Pg. 257, 258 - “The talk turns mundane at times, with complaints of low pay, hard hours, bratty children. But then there are stories of white babies dying in arms. That soft, empty look in their still blue eyes…There is undisguised hate for white women, there is inexplicable love…Angry stories come out, of white men who’ve tried to touch them…But the dichotomy of love and disdain living side-by-side is what surprises me. Most are invited to attend the white children’s weddings, but only if they’re in their uniforms. These things I know already, yet hearing them from colored mouths, it is as if I am hearing them for the first time.”

Through it all she is deeply moved by the stories told to her, bites her tongue at the intolerance of her white friends (in particular her best friend Hilly, the queen bee of Jackson’s social elite), bears the discomfort of being ostracized for her opinions and privately mourns her broken ties with Constantine, a beloved former maid in her household whose employment was mysteriously terminated before she came back home after graduating from college.

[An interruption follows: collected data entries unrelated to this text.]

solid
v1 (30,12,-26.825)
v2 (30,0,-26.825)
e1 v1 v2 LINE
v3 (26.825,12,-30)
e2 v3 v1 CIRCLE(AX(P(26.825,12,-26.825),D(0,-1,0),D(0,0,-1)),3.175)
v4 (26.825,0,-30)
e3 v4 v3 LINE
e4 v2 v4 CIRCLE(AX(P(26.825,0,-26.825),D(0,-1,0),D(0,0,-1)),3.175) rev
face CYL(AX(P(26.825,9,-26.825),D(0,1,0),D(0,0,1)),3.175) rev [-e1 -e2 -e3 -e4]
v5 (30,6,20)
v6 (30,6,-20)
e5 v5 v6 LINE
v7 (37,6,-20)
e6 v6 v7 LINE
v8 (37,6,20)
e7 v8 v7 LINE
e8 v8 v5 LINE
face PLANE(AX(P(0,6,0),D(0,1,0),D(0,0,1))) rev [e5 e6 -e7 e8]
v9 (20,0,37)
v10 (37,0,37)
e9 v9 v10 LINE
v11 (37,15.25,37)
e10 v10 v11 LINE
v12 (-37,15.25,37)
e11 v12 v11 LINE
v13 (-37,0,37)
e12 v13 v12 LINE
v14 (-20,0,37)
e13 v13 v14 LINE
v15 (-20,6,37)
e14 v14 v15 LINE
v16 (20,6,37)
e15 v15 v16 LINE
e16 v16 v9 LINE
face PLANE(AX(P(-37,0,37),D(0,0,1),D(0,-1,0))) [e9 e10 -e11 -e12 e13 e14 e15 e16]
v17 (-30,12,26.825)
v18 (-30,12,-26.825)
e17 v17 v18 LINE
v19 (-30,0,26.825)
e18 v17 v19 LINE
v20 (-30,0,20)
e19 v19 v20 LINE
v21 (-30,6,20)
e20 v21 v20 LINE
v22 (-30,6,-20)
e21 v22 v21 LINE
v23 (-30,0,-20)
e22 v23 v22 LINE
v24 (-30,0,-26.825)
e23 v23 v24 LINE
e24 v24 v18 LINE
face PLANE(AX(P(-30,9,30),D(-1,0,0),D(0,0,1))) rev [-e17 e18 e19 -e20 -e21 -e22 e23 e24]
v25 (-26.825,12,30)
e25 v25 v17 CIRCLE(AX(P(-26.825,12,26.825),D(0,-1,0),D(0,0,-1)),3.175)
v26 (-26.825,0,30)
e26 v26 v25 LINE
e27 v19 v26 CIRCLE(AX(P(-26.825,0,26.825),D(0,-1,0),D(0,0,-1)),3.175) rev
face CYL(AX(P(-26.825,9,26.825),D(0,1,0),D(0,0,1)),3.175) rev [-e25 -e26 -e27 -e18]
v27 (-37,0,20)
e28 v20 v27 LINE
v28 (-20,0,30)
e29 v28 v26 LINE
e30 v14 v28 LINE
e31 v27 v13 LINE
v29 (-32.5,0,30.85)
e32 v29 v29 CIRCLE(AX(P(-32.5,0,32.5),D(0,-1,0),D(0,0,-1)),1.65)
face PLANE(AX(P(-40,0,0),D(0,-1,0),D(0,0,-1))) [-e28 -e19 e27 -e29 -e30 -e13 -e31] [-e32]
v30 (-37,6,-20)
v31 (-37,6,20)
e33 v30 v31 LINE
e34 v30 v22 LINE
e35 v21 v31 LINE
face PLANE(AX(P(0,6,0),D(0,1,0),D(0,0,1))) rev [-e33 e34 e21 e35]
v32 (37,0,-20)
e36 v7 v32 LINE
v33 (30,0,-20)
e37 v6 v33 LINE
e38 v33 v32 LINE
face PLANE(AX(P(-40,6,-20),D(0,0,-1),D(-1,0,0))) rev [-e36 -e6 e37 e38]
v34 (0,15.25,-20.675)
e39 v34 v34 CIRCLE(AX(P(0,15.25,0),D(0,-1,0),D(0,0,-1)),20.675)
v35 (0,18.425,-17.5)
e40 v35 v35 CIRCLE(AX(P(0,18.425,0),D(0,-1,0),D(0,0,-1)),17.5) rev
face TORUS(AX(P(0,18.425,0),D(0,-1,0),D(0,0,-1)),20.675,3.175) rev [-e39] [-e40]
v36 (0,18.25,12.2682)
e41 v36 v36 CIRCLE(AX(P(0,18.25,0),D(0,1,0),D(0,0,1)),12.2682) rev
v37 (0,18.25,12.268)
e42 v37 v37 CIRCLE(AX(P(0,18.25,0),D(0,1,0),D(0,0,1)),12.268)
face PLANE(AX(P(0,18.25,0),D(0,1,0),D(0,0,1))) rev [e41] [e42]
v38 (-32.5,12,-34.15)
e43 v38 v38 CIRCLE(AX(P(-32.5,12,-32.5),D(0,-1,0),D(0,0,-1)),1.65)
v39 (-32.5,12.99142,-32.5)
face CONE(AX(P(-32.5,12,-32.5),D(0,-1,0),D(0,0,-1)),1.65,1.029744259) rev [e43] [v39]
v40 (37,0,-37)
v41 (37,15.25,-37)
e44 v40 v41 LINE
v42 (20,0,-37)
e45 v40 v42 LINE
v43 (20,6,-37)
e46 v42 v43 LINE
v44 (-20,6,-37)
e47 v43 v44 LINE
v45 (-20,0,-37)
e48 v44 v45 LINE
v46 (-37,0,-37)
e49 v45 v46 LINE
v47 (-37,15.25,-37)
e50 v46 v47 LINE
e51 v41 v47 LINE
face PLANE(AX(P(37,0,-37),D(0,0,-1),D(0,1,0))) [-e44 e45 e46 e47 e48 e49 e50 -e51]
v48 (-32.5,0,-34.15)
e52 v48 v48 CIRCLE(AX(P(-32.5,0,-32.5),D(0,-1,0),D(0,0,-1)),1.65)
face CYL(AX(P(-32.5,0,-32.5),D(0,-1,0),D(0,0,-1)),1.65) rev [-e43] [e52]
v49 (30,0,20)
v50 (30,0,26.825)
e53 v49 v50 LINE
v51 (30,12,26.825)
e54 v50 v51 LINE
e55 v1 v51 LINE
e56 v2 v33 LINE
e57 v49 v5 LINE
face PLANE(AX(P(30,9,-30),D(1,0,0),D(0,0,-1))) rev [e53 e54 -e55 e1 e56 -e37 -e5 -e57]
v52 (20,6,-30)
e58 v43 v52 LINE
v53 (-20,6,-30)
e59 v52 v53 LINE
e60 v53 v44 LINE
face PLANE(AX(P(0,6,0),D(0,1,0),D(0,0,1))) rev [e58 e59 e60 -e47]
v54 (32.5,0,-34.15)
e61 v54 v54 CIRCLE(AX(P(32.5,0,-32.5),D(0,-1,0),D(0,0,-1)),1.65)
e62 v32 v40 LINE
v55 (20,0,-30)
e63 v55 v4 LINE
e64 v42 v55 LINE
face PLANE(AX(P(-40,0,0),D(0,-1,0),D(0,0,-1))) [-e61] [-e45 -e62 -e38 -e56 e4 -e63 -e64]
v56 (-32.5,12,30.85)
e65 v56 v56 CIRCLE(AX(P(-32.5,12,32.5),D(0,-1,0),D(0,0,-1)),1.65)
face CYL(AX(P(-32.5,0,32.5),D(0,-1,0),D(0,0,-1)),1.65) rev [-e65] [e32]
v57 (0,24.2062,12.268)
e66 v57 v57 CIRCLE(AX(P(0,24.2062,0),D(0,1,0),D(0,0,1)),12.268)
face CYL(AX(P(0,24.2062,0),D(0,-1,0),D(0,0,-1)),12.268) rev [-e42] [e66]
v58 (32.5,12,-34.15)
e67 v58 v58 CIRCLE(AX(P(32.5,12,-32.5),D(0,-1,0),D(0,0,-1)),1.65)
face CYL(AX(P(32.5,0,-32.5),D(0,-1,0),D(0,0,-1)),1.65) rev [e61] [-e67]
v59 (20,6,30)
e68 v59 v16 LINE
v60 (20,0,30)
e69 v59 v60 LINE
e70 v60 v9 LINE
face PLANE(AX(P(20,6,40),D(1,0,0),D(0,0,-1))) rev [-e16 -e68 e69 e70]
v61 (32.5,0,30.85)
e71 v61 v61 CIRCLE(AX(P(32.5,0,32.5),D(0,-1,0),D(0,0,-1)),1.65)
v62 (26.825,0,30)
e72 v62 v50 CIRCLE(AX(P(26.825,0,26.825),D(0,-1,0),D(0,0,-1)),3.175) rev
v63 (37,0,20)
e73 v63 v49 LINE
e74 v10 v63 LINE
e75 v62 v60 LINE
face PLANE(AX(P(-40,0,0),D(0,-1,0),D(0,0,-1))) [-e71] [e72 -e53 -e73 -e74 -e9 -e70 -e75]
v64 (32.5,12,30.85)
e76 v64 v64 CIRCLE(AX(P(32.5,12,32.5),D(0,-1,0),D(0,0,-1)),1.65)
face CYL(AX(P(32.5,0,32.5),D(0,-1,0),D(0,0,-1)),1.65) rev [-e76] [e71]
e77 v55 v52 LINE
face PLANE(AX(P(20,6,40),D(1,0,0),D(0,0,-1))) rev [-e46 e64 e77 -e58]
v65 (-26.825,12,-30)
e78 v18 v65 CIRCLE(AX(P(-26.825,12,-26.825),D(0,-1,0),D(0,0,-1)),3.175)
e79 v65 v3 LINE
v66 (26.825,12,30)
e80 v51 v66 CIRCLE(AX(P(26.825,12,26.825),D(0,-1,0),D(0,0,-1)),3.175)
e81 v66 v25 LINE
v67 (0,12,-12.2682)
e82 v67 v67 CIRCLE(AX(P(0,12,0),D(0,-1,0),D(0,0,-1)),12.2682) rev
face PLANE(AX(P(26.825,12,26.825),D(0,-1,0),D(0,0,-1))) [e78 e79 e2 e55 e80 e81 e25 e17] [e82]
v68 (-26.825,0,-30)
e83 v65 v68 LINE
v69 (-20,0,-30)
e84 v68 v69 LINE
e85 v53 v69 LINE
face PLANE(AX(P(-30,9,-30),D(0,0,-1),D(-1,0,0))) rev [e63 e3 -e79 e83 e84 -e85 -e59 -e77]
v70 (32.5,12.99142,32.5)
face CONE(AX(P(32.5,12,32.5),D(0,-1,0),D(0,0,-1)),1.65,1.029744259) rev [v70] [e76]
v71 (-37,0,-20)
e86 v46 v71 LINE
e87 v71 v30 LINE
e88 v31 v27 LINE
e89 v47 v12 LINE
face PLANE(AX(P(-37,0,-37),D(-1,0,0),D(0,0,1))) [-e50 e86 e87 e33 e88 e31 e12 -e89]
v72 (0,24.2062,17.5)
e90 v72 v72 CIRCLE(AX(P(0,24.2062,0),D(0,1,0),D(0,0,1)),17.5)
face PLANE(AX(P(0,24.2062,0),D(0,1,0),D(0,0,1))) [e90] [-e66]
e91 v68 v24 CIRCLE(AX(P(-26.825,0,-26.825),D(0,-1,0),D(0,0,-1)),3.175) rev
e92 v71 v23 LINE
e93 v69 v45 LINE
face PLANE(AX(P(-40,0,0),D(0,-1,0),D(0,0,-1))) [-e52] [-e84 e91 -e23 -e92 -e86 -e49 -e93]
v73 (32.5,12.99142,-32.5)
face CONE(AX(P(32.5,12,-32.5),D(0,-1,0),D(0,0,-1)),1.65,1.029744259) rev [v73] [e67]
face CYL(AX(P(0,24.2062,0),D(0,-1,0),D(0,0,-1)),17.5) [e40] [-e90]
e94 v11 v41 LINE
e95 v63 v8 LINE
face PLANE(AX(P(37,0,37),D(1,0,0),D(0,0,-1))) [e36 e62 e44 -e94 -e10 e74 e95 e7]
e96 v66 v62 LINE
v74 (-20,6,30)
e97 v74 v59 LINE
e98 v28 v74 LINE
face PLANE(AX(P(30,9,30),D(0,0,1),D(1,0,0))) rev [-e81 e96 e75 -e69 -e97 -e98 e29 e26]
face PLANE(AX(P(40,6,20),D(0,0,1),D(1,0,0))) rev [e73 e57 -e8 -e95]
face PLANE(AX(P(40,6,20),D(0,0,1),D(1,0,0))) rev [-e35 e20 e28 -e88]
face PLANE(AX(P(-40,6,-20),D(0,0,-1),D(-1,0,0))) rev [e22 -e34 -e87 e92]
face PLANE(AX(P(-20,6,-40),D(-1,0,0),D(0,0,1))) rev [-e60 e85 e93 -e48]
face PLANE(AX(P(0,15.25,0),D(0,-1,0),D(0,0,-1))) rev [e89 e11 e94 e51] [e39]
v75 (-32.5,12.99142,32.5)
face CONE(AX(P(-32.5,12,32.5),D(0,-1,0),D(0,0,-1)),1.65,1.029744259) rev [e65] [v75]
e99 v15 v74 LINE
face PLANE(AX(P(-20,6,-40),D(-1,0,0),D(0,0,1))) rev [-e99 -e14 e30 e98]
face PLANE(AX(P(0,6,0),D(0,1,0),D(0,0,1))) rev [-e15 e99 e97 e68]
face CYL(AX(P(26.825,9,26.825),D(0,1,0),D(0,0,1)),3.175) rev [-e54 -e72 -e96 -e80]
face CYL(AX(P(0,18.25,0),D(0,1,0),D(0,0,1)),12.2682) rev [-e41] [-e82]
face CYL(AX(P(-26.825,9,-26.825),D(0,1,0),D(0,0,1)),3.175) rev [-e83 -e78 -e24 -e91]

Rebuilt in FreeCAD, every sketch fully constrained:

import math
import FreeCAD as App
import Part
import Sketcher

V = App.Vector


def edges_at(feature, points):
    """Names of the edges that pass closest to the given points."""
    edges = feature.Shape.Edges
    near = lambda p: min(range(len(edges)), key=lambda i: edges[i].distToShape(Part.Vertex(*p))[0])
    return sorted({f"Edge{near(p) + 1}" for p in points})


def add_polygon(sketch, points):
    """Adds a closed chain of lines whose ends are joined by coincident constraints."""
    first, n = sketch.GeometryCount, len(points)
    for a, b in zip(points, points[1:] + points[:1]):
        sketch.addGeometry(Part.LineSegment(App.Vector(*a, 0), App.Vector(*b, 0)), False)
    for i in range(n):
        sketch.addConstraint(Sketcher.Constraint("Coincident", first + i, 2, first + (i + 1) % n, 1))

doc = App.newDocument("Part")
params = doc.addObject("Spreadsheet::Sheet", "Params")
for row, (alias, value) in enumerate([
    ("sketch1_height", "80 mm"),
    ("sketch1_width", "18.25 mm"),
    ("pad1_length", "40 mm"),
    ("pad1_length2", "40 mm"),
    ("sketch2_width", "40 mm"),
    ("sketch2_height", "80 mm"),
    ("pocket1_length", "6 mm"),
    ("hole_diameter", "24.5364 mm"),
    ("sketch4_diameter", "35 mm"),
    ("pad2_length", "5.9562 mm"),
    ("sketch5_diameter", "35 mm"),
    ("sketch5_width", "80 mm"),
    ("pocket2_length", "3 mm"),
    ("sketch6_width", "80 mm"),
    ("sketch6_height", "40 mm"),
    ("pocket3_length", "6 mm"),
    ("sketch7_width", "60 mm"),
    ("pocket4_length", "9 mm"),
    ("fillet_radius", "3.175 mm"),
    ("sketch8_diameter", "3.3 mm"),
    ("hole2_diameter", "3.3 mm"),
    ("hole2_depth", "12 mm"),
    ("sketch9_width", "74 mm"),
    ("sketch9_width2", "105.14 mm"),
    ("pocket6_length", "3 mm"),
], start=1):
    params.set(f"A{row}", alias)
    params.set(f"B{row}", "=" + value)
    params.setAlias(f"B{row}", alias)

body = doc.addObject("PartDesign::Body", "Body")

The book references real-life events, most notably the arrests of 300 Freedom Riders and the murder of NAACP Field Secretary Medgar Evers. Tne New York Times called it a “button-pusher” and it’s easy to see why after the character Hilly (the antagonist of the book, one readers will find easy to hate) introduces a “Home Help Sanitation Initiative” that Skeeter is coerced into including in the town circular that encourages Jackson residents to install separate bathrooms for the colored help. The rationalizations for such action are astonishing and offensive to the sensible person, the missive stating that

1) 99% of all colored diseases are carried in the urine
2) Whites can become permanently disabled by nearly all of these diseases because we lack immunities coloreds carry in their darker pigmentation
3) Some germs carried by whites can also be harmful to coloreds too

It concludes with an uncomfortably cheery end remark from Hilly that says “From the Holbrooks, we say, You’re welcome!” Something else that readers may find offensive is the “voice” Stockett uses for her black female characters, a voice that not only accounts for their deep South accents but their lack of higher education as well (“I done raised seventeen kids in my lifetime. I know how to get them babies to sleep, stop crying and go in the toilet before they mamas even get out a bed in the morning”, pg. 1).

Most of the white female characters are so loathsome that it makes a white woman who reads this book squirm a bit. Having grown up in Jackson, Stockett can hardly be disputed about the ways in which she illuminates the city and the people she grew up with (she explained in an interview with Katie Couric that the thought processes of most Mississipians were virtually identical in the 60’s and then in the 70’s when she was born). What I find to be most enlightening is her “Too Little, Too Late” essay at the end of the novel, in particular the part where she reiterates a statement from Skeeter: “Wasn’t that the point of the book? For women to realize, we are just two people. Not that much separates us. Not nearly as much as I’d thought.” Some might say that this statement, not to mention the novel being entirely in the point of view of female characters, gives the book a heavy feminist slant but I think Stockett fells this potential argument with a sound investment of history, common sense and sensibility.

Bottom line: A reviewer once said that “The Help” is an important book because it’s about something important. Few who read it will be unmoved by Stockett’s truthfulness, sensitivity and unique characters. With rave reviews from both professional critics and readers (not to mention nearly 2000 customer reviews on Amazon.com that are overwhelmingly positive), it’s easy to see why.